Accelerated Alternating Minimization and Adaptability to Strong Convexity

Nazarii Tupitsa

Published 2020-06-16Version 1

In the first part of the paper we consider accelerated first order optimization method for convex functions with $L$-Lipschitz-continuous gradient, that is able to automatically adapts to problems which satisfies Polyak-{\L}ojasiewicz condition or which is strongly convex with the value of parameter equal to $\mu$. In these cases method poses linear convergence with factor $\frac{\mu}{L}$, if $\mu$ is unknown. If the problem is strongly convex and $\mu$ is known, than the method possesses linear convergence with the factor $\sqrt{\frac{\mu}{L}}$. If that are not the cases, the method converges with a rate $O(1/k^2)$. The second part contains generalization of the method to the problems, that allows alternating minimization and proofs of the same asymptotic convergence rates.

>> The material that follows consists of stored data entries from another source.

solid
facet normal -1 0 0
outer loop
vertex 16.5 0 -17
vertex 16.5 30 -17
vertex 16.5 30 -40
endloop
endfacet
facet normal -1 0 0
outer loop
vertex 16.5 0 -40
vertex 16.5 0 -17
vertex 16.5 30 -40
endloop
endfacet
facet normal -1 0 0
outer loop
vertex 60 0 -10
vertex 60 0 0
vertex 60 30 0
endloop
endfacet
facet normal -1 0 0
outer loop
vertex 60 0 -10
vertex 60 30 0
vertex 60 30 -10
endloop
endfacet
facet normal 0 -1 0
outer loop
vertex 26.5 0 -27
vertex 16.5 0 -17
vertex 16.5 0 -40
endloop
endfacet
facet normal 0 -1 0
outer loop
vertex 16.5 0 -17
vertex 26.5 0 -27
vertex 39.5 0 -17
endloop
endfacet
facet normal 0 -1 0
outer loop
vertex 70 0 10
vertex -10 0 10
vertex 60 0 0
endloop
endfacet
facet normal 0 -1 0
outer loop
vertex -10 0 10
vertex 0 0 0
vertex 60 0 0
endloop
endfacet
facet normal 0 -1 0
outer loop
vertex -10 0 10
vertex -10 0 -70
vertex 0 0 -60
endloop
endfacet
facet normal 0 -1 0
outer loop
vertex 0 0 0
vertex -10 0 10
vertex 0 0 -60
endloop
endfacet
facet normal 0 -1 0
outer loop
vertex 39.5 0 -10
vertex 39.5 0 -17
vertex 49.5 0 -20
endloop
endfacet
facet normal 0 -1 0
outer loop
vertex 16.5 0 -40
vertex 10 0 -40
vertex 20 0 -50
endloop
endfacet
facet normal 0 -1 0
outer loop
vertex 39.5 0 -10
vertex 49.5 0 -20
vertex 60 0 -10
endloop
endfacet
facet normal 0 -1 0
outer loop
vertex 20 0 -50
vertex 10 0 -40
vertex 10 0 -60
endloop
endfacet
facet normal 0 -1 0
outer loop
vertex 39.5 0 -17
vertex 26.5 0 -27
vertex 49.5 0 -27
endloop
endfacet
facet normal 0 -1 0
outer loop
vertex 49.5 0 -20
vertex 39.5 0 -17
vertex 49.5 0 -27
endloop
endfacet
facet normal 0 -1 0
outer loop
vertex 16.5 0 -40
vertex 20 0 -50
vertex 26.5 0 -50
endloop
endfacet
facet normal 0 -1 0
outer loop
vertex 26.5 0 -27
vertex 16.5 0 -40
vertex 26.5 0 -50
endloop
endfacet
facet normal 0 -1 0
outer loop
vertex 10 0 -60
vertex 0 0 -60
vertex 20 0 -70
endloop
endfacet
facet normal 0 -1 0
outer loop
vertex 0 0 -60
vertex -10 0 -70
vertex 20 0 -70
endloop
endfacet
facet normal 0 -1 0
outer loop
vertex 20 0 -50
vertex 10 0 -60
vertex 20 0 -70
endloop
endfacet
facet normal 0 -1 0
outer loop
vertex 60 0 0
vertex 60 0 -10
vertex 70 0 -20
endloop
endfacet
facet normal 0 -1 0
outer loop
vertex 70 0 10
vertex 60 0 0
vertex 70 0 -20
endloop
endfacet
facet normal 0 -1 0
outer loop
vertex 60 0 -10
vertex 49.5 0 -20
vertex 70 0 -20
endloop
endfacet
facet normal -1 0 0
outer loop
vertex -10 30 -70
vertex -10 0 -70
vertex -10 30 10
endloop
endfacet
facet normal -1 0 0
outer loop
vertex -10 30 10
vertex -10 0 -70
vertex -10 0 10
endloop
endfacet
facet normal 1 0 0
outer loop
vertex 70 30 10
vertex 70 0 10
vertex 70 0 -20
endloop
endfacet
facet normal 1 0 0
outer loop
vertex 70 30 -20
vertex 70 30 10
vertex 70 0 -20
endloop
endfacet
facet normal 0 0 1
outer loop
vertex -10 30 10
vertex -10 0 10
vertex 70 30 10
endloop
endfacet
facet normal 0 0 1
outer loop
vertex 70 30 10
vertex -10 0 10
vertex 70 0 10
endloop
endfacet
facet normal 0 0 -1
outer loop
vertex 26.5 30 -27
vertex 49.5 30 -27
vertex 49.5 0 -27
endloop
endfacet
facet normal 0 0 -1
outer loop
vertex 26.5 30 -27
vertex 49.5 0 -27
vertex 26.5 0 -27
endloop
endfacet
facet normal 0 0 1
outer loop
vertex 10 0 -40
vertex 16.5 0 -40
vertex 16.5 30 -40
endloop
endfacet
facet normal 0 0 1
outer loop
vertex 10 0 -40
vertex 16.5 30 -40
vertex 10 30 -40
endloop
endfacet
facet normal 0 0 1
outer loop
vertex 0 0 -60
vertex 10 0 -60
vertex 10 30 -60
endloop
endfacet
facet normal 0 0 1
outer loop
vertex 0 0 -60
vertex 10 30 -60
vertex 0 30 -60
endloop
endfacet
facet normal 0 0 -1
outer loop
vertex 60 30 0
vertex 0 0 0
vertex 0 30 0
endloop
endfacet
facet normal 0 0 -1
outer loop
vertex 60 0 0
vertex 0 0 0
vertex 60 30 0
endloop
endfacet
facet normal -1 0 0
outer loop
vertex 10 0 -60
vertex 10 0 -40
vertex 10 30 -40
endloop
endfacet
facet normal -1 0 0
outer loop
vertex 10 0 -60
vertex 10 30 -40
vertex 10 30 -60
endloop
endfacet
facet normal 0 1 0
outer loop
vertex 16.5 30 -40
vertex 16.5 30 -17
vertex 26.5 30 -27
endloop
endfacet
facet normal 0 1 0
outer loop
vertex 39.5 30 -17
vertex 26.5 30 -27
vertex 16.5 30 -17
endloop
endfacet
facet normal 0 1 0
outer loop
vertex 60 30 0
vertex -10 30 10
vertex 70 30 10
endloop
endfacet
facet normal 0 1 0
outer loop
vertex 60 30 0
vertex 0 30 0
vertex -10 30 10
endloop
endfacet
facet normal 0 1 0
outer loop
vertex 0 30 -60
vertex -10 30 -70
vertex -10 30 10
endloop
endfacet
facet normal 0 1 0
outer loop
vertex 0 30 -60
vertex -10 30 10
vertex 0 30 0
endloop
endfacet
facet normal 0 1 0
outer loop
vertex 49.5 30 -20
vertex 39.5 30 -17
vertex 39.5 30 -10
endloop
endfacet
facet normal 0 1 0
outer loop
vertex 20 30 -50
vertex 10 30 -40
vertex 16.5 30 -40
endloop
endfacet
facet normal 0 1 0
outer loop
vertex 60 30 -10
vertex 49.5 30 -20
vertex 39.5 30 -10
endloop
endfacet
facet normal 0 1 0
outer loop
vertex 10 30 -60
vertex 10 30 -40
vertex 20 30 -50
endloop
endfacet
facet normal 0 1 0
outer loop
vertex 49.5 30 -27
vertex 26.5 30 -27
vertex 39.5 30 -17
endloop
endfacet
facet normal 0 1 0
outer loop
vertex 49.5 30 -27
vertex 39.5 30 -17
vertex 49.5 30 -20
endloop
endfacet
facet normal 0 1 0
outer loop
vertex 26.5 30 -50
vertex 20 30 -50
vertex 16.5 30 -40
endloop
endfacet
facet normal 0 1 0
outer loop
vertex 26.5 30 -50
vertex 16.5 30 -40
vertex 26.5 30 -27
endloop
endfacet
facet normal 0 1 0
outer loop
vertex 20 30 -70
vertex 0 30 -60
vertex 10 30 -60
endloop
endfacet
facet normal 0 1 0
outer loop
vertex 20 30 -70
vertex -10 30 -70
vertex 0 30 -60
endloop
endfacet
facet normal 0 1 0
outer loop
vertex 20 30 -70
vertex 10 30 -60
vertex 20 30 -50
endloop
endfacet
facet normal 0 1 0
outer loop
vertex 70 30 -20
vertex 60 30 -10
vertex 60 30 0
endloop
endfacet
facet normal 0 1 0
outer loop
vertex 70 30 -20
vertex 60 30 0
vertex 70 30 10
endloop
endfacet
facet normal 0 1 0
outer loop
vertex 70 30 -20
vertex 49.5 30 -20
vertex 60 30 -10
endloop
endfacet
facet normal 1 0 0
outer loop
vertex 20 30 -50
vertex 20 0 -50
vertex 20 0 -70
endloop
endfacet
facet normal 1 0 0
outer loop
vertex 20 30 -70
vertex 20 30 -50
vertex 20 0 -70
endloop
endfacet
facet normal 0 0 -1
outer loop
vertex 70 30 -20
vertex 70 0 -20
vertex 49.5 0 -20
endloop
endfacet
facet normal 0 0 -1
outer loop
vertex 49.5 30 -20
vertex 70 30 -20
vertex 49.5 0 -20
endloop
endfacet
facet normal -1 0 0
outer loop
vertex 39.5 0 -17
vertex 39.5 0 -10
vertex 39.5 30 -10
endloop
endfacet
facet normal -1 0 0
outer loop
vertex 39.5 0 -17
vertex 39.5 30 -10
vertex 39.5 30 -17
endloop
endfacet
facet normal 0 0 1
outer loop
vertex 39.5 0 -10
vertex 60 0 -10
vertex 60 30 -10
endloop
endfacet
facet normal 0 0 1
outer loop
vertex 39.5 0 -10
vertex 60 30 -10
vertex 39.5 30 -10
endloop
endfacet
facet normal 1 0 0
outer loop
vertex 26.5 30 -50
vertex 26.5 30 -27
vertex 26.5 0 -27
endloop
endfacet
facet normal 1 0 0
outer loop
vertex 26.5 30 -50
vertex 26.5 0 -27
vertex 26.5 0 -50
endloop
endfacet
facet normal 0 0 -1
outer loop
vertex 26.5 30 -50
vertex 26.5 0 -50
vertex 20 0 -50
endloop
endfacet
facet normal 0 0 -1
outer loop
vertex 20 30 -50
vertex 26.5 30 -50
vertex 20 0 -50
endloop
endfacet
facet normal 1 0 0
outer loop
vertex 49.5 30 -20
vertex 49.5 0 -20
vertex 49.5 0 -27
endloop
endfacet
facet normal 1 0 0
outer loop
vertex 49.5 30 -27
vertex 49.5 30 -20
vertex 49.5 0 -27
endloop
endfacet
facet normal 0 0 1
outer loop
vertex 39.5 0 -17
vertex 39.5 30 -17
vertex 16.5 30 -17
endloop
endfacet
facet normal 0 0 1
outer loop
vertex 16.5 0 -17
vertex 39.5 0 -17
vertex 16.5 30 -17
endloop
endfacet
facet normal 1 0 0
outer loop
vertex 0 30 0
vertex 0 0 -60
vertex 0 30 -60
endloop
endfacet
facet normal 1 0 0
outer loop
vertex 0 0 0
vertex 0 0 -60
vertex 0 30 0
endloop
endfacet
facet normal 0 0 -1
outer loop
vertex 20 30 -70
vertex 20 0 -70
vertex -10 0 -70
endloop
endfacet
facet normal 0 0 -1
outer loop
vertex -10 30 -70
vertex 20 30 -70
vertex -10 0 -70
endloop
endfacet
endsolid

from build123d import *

# Parameters (mm, degrees)
EXTRUDE_1_DEPTH = 30


with BuildPart() as part:
    # 草图1 → 拉伸-薄壁1 (new body)
    with BuildSketch(Plane(origin=(0, 0, 0), x_dir=(1, 0, 0), z_dir=(0, 1, 0))):
        Polygon((-10, -10), (70, -10), (70, 20), (49.5, 20), (49.5, 27), (26.5, 27), (26.5, 50), (20, 50), (20, 70), (-10, 70), align=None)
        Polygon((0, 0), (60, 0), (60, 10), (39.5, 10), (39.5, 17), (16.5, 17), (16.5, 40), (10, 40), (10, 60), (0, 60), align=None, mode=Mode.SUBTRACT)
    extrude(amount=EXTRUDE_1_DEPTH)


solid = part.part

Also it is considered the approach called Adaptive Catalyst, which allows to increase convergence rate up to $O(1/k^2)$ and also it is provided an experimental comparison of the approach with AGM, Alternating AGM, APDAGD and Sinkhorn's algorithm for the dual problem to the discrete entropically regularized optimal transport problem. The result of the work is the attempt to explain the reason why Alternating AGM converge faster than AGM or Adaptive Catalyst despite of the asymptotic theoretical rate $O(1/k^2)$. The hypothesis relies on the fact that Alternating AGM adapts to strong convexity. The hypothesis was tested on quadratic functions, on that Alternating AGM also showed faster convergence.